Our main theme is the use of randomized hypotheses for learning with small
sample sizes and high malicious noise rates. We show an algorithm that
PAC learns any target class of VC-dimension d using randomized hypotheses
and order of d/ \varepsilon training examples (up to logarithmic
factors) while tolerating malicious noise rates even slightly larger than
the information-theoretic bound \varepsilon /(1+\varepsilon) for deterministic
hypothesis.

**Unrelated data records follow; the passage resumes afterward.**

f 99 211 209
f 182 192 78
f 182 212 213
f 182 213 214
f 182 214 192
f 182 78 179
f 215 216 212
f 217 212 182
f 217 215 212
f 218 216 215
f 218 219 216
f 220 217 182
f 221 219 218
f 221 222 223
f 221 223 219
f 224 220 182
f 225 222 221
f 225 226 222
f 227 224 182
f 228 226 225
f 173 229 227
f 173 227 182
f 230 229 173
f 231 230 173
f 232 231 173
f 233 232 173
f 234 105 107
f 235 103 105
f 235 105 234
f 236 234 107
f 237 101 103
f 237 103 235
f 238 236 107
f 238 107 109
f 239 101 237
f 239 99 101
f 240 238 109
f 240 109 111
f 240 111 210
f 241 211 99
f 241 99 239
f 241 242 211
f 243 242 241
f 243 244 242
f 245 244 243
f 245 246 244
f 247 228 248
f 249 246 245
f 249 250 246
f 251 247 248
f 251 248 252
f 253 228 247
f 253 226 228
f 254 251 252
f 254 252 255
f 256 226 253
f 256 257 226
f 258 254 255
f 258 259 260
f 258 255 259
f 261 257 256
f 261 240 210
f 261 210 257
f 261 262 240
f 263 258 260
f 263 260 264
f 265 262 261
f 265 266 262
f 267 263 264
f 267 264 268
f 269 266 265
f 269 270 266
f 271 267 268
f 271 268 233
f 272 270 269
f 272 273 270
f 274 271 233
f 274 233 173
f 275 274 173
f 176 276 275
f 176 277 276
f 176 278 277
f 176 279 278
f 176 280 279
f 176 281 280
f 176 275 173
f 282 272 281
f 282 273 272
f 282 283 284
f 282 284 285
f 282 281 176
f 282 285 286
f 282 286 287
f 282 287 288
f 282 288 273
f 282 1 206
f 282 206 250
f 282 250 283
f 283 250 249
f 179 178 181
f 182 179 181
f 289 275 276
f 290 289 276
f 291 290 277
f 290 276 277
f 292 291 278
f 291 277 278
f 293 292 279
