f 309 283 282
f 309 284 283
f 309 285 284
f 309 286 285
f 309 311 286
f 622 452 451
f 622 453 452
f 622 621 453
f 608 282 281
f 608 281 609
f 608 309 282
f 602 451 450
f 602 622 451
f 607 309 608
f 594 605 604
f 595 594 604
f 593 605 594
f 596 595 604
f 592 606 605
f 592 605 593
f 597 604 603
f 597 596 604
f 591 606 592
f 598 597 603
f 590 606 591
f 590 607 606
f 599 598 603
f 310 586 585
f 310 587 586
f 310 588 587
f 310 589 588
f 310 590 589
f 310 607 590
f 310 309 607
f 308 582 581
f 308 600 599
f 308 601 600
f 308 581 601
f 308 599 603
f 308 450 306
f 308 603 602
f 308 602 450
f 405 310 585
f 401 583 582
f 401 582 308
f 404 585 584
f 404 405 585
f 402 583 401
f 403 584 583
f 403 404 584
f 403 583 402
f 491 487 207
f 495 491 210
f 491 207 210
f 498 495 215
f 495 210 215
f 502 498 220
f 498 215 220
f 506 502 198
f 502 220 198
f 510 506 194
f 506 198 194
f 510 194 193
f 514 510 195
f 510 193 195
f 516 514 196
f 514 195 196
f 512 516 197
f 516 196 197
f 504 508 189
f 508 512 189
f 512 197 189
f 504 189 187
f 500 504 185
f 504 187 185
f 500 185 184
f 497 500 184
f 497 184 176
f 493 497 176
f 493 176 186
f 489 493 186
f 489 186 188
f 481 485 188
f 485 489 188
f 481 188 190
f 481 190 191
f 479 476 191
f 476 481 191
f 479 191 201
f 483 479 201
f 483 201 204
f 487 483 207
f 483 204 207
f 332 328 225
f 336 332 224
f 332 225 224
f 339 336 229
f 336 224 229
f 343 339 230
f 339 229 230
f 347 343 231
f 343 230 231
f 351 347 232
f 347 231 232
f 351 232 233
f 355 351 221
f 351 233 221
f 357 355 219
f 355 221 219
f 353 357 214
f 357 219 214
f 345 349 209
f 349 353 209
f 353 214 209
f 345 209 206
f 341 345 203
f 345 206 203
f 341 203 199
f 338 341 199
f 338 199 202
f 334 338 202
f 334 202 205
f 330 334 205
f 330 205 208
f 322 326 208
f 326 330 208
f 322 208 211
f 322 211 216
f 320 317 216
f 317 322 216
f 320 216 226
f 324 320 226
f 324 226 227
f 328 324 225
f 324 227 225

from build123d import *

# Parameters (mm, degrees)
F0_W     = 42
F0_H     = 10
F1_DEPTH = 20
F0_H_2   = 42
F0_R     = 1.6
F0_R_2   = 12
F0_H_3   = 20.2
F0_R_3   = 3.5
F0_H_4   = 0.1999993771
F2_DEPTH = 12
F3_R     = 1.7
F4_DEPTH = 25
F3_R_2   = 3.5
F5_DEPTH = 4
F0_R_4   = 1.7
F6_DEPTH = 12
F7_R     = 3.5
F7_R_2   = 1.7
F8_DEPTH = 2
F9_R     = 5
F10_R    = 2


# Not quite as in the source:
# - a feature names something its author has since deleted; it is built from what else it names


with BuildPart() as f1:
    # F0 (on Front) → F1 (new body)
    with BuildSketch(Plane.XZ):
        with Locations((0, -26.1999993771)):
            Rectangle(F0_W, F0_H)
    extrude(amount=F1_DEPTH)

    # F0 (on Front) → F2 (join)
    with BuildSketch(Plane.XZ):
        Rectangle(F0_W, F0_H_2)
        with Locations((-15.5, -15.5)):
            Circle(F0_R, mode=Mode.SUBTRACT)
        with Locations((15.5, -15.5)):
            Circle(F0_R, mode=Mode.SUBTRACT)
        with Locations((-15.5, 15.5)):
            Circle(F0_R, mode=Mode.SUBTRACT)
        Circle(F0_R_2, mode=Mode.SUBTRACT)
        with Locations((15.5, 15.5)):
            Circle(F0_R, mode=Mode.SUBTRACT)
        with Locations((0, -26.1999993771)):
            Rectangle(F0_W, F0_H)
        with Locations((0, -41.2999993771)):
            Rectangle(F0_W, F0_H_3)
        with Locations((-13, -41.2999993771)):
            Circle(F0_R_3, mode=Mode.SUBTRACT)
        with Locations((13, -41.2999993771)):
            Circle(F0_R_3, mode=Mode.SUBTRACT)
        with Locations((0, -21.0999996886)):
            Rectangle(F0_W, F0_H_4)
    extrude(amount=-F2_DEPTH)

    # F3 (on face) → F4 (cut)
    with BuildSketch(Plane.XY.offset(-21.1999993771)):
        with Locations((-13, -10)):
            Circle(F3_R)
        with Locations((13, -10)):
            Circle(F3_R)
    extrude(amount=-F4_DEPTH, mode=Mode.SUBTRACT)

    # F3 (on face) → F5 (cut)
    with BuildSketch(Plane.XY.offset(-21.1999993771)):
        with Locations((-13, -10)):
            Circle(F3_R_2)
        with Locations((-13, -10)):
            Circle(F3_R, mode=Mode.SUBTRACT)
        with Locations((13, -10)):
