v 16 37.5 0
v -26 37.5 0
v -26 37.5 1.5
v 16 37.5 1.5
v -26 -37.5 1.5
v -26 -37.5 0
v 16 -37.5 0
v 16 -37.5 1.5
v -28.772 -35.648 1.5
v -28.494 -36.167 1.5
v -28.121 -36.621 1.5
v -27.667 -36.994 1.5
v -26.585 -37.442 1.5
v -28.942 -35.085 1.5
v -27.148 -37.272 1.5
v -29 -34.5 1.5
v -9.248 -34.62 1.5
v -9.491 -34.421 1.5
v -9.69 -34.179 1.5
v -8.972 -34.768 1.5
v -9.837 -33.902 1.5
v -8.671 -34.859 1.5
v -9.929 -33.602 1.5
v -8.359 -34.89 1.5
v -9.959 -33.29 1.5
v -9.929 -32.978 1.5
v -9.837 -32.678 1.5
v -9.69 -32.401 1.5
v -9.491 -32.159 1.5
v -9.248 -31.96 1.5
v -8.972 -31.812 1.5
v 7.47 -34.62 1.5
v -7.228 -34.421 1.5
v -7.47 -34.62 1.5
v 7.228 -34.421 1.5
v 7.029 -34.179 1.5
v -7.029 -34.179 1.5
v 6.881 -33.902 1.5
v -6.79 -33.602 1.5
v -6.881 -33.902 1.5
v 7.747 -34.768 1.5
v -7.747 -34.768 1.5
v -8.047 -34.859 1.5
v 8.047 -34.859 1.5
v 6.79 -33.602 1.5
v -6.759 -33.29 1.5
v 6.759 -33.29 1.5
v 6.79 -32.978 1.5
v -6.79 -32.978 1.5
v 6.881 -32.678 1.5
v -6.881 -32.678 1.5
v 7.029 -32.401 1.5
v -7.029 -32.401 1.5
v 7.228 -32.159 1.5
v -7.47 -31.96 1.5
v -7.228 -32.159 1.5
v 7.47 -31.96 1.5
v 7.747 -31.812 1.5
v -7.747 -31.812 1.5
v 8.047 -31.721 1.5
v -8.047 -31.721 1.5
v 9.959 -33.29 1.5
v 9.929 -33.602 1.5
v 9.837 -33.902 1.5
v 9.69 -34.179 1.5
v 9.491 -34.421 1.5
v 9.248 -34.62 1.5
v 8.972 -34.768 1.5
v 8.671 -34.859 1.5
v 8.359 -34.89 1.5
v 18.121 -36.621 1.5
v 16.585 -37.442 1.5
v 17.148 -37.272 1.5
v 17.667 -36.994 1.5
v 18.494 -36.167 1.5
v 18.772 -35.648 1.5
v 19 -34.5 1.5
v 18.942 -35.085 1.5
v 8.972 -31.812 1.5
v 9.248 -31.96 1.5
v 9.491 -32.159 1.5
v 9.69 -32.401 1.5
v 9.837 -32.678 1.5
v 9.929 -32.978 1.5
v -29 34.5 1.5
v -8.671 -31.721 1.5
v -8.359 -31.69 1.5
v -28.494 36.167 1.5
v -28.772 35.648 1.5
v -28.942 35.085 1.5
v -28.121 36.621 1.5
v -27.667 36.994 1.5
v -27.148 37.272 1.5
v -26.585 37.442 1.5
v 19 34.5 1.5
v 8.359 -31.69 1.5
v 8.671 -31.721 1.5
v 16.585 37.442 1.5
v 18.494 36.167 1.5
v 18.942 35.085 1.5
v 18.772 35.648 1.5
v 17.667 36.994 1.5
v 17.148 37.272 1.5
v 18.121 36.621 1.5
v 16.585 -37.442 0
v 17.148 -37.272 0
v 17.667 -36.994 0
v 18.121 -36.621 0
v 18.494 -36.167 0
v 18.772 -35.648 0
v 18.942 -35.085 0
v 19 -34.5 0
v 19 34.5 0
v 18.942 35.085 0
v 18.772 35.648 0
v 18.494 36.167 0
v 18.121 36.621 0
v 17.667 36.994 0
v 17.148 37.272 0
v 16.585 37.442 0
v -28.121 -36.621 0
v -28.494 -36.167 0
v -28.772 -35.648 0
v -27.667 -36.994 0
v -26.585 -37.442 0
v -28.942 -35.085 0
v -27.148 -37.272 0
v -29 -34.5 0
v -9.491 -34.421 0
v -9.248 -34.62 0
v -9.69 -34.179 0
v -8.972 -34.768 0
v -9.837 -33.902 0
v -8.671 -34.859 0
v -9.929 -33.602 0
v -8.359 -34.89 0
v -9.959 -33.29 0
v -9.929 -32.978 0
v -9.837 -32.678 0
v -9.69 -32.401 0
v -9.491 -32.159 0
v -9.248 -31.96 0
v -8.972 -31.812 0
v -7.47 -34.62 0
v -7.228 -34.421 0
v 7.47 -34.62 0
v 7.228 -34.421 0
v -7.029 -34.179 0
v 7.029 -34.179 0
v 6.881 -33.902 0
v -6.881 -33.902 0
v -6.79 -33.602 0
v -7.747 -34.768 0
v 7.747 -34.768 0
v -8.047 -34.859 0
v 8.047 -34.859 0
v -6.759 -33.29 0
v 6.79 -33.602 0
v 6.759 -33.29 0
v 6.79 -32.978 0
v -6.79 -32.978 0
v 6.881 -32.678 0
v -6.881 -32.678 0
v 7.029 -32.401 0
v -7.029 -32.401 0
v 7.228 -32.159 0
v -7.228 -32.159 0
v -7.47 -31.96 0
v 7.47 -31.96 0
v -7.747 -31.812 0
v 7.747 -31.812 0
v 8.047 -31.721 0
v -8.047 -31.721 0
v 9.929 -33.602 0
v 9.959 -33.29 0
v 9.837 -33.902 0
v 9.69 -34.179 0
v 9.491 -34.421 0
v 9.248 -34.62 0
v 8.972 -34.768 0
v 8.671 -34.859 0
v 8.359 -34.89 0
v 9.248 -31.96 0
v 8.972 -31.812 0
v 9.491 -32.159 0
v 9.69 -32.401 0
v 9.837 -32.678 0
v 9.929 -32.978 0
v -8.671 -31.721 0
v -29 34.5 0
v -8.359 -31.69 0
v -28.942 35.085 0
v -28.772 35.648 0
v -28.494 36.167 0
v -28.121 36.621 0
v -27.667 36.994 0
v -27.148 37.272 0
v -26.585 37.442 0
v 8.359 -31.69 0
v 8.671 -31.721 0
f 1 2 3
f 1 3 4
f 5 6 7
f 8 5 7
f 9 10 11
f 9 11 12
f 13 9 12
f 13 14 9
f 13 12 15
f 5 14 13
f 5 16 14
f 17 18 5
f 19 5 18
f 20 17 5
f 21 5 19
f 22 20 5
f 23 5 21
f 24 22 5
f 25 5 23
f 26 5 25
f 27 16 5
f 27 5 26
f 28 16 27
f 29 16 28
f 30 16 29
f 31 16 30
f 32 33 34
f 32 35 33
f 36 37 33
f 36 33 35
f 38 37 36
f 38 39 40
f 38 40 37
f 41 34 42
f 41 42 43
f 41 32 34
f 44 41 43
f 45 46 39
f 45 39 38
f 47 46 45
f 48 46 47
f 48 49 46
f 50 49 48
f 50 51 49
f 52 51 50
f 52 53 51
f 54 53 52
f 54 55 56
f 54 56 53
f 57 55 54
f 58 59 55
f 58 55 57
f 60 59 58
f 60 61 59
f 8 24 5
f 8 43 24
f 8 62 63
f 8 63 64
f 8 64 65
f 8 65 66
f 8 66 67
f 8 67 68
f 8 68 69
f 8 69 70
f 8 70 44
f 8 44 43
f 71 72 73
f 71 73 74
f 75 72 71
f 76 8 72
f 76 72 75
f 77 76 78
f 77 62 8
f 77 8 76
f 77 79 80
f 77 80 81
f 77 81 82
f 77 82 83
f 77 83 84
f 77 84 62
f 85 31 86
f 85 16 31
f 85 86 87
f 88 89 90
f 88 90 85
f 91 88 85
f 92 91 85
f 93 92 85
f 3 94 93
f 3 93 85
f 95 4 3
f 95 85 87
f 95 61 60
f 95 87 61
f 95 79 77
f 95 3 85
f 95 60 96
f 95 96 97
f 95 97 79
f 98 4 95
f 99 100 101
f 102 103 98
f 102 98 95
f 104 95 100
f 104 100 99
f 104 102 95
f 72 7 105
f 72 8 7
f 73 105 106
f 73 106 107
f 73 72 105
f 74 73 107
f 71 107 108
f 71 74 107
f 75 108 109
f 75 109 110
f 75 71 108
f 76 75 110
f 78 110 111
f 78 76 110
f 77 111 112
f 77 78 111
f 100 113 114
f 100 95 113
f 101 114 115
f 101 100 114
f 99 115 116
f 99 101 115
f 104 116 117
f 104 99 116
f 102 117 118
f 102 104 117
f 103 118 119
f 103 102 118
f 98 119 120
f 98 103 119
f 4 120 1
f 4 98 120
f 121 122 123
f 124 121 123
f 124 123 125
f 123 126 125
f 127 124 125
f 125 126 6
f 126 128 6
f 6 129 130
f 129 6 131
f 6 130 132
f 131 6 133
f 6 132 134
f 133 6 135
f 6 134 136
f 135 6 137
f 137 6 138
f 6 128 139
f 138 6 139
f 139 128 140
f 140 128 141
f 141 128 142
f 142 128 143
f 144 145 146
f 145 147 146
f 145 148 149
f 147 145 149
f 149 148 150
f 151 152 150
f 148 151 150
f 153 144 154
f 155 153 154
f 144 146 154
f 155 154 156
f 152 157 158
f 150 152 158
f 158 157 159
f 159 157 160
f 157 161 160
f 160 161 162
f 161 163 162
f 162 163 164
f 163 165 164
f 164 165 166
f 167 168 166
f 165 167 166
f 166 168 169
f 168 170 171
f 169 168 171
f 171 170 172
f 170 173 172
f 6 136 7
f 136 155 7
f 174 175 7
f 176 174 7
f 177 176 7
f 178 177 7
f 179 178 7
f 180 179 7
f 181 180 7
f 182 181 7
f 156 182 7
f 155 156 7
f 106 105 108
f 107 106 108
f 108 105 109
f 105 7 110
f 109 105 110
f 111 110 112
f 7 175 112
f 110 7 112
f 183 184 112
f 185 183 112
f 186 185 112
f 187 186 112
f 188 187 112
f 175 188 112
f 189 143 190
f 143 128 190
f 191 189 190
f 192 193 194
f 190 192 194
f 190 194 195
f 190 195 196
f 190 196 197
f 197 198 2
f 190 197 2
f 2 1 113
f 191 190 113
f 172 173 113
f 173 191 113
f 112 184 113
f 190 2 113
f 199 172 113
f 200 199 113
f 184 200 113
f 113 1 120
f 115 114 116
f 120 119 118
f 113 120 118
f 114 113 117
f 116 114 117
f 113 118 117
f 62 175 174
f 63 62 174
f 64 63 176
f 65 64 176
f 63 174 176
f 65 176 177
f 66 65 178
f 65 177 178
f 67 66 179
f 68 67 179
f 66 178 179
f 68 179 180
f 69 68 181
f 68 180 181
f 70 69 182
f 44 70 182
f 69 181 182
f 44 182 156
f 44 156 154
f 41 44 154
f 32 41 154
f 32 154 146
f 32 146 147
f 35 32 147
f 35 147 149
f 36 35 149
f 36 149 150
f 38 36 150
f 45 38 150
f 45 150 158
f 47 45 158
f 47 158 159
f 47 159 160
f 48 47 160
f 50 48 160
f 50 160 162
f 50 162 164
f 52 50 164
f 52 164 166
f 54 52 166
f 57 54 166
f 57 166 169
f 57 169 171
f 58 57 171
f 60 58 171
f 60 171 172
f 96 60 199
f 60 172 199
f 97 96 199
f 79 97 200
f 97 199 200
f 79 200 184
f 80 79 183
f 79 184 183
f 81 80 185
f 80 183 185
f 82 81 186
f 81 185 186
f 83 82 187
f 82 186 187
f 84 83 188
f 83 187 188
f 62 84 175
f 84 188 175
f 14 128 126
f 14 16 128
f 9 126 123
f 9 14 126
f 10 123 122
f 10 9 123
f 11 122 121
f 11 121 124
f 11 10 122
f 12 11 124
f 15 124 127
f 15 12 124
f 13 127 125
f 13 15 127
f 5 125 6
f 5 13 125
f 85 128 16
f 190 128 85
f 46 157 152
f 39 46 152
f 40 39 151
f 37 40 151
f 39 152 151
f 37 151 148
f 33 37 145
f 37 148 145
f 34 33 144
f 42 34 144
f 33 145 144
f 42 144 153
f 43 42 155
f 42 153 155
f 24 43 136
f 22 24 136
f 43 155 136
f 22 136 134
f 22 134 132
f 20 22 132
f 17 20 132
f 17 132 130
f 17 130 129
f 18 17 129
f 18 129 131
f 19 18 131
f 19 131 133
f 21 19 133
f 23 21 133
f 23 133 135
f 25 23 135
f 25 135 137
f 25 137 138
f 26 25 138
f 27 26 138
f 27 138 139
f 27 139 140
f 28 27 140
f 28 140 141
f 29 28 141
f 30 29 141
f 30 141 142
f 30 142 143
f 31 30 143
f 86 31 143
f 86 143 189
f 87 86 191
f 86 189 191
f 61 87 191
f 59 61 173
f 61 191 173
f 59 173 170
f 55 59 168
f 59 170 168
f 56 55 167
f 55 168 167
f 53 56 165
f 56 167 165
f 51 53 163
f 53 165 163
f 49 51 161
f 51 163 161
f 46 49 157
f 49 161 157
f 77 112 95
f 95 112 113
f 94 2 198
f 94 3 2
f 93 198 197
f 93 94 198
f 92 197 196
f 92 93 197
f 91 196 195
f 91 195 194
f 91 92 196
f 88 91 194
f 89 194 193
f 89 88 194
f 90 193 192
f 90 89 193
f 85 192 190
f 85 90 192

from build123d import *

# Parameters (mm, degrees)
SKETCH_W        = 48
SKETCH_H        = 75
PAD_DEPTH       = 1.5
FILLET014_R     = 3
FILLET015_R     = 3
FILLET016_R     = 3
FILLET017_R     = 3
SKETCH016_R     = 1.6
POCKET012_DEPTH = 1.501


with BuildPart() as part:
    # Sketch → Pad (new body)
    with BuildSketch(Plane.XY):
        with Locations((-5, 0)):
            Rectangle(SKETCH_W, SKETCH_H)
    extrude(amount=PAD_DEPTH)

    # Fillet014
    fillet014_edges = [part.edges().sort_by_distance(p)[0] for p in [
        (19, 37.5, 0.75),
    ]]
    fillet(fillet014_edges, radius=FILLET014_R)

    # Fillet015
    fillet015_edges = [part.edges().sort_by_distance(p)[0] for p in [
        (-29, 37.5, 0.75),
    ]]
    fillet(fillet015_edges, radius=FILLET015_R)

    # Fillet016
    fillet016_edges = [part.edges().sort_by_distance(p)[0] for p in [
        (-29, -37.5, 0.75),
    ]]
    fillet(fillet016_edges, radius=FILLET016_R)

    # Fillet017
    fillet017_edges = [part.edges().sort_by_distance(p)[0] for p in [
        (19, -37.5, 0.75),
    ]]
    fillet(fillet017_edges, radius=FILLET017_R)

    # Sketch016 → Pocket012 (cut, through all)
    with BuildSketch(Plane(origin=(0, 0, 0), x_dir=(1, 0, 0), z_dir=(0, 0, -1))):
        with Locations((-8.35928, 33.2899)):
            Circle(SKETCH016_R)
        with Locations((8.35928, 33.2899)):
            Circle(SKETCH016_R)
    extrude(amount=-POCKET012_DEPTH, mode=Mode.SUBTRACT)


solid = part.part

Combined with previous results, this implies that a lower bound
d/ \Delta + \varepsilon / (\Delta)2 on the sample size,
where \eta = \varepsilon /(1+\varepsilon)-\Delta is the malicious noise
rate, applies only when using deterministic hypotheses. We then show that
the information-theoretic upper bound on the noise rate for deterministic
hypotheses can be replaced by 2\varepsilon / (1+2\varepsilon) if randomized
hypotheses are used. Investigating further the use of randomized hypotheses,
we show a strategy for learning the powerset of d elements using
an optimal sample size of order d\varepsilon / (\Delta)2
(up to logarithmic factors) and tolerating a noise rate \eta = 2\varepsilon
/(1+2\varepsilon)-\Delta. We complement this result by proving that this
sample size is also necessary for any class C of VC-dimension
d.
We then discuss the performance of the minimum disagreement strategy
under both malicious and random classification noise models. For malicious
noise we show an algorithm that, using deterministic hypotheses, learns
unicorns of d intervals on the continous domain [0,1) using a sample
size significantly smaller than that needed by the minimum disagreement
strategy. For classification noise we show, generalizing a result by Laird,
that order of d / (\varepsilon(\Delta)2) training examples
suffice (up to logarithmic factors) to learn by minimizing disagreements
any target class of VC-dimension d tolerating random classification
noise rate \eta =1/2 - \Delta. Using a lower bound by Simon, we also prove
that this sample size bound cannot be significantly improved.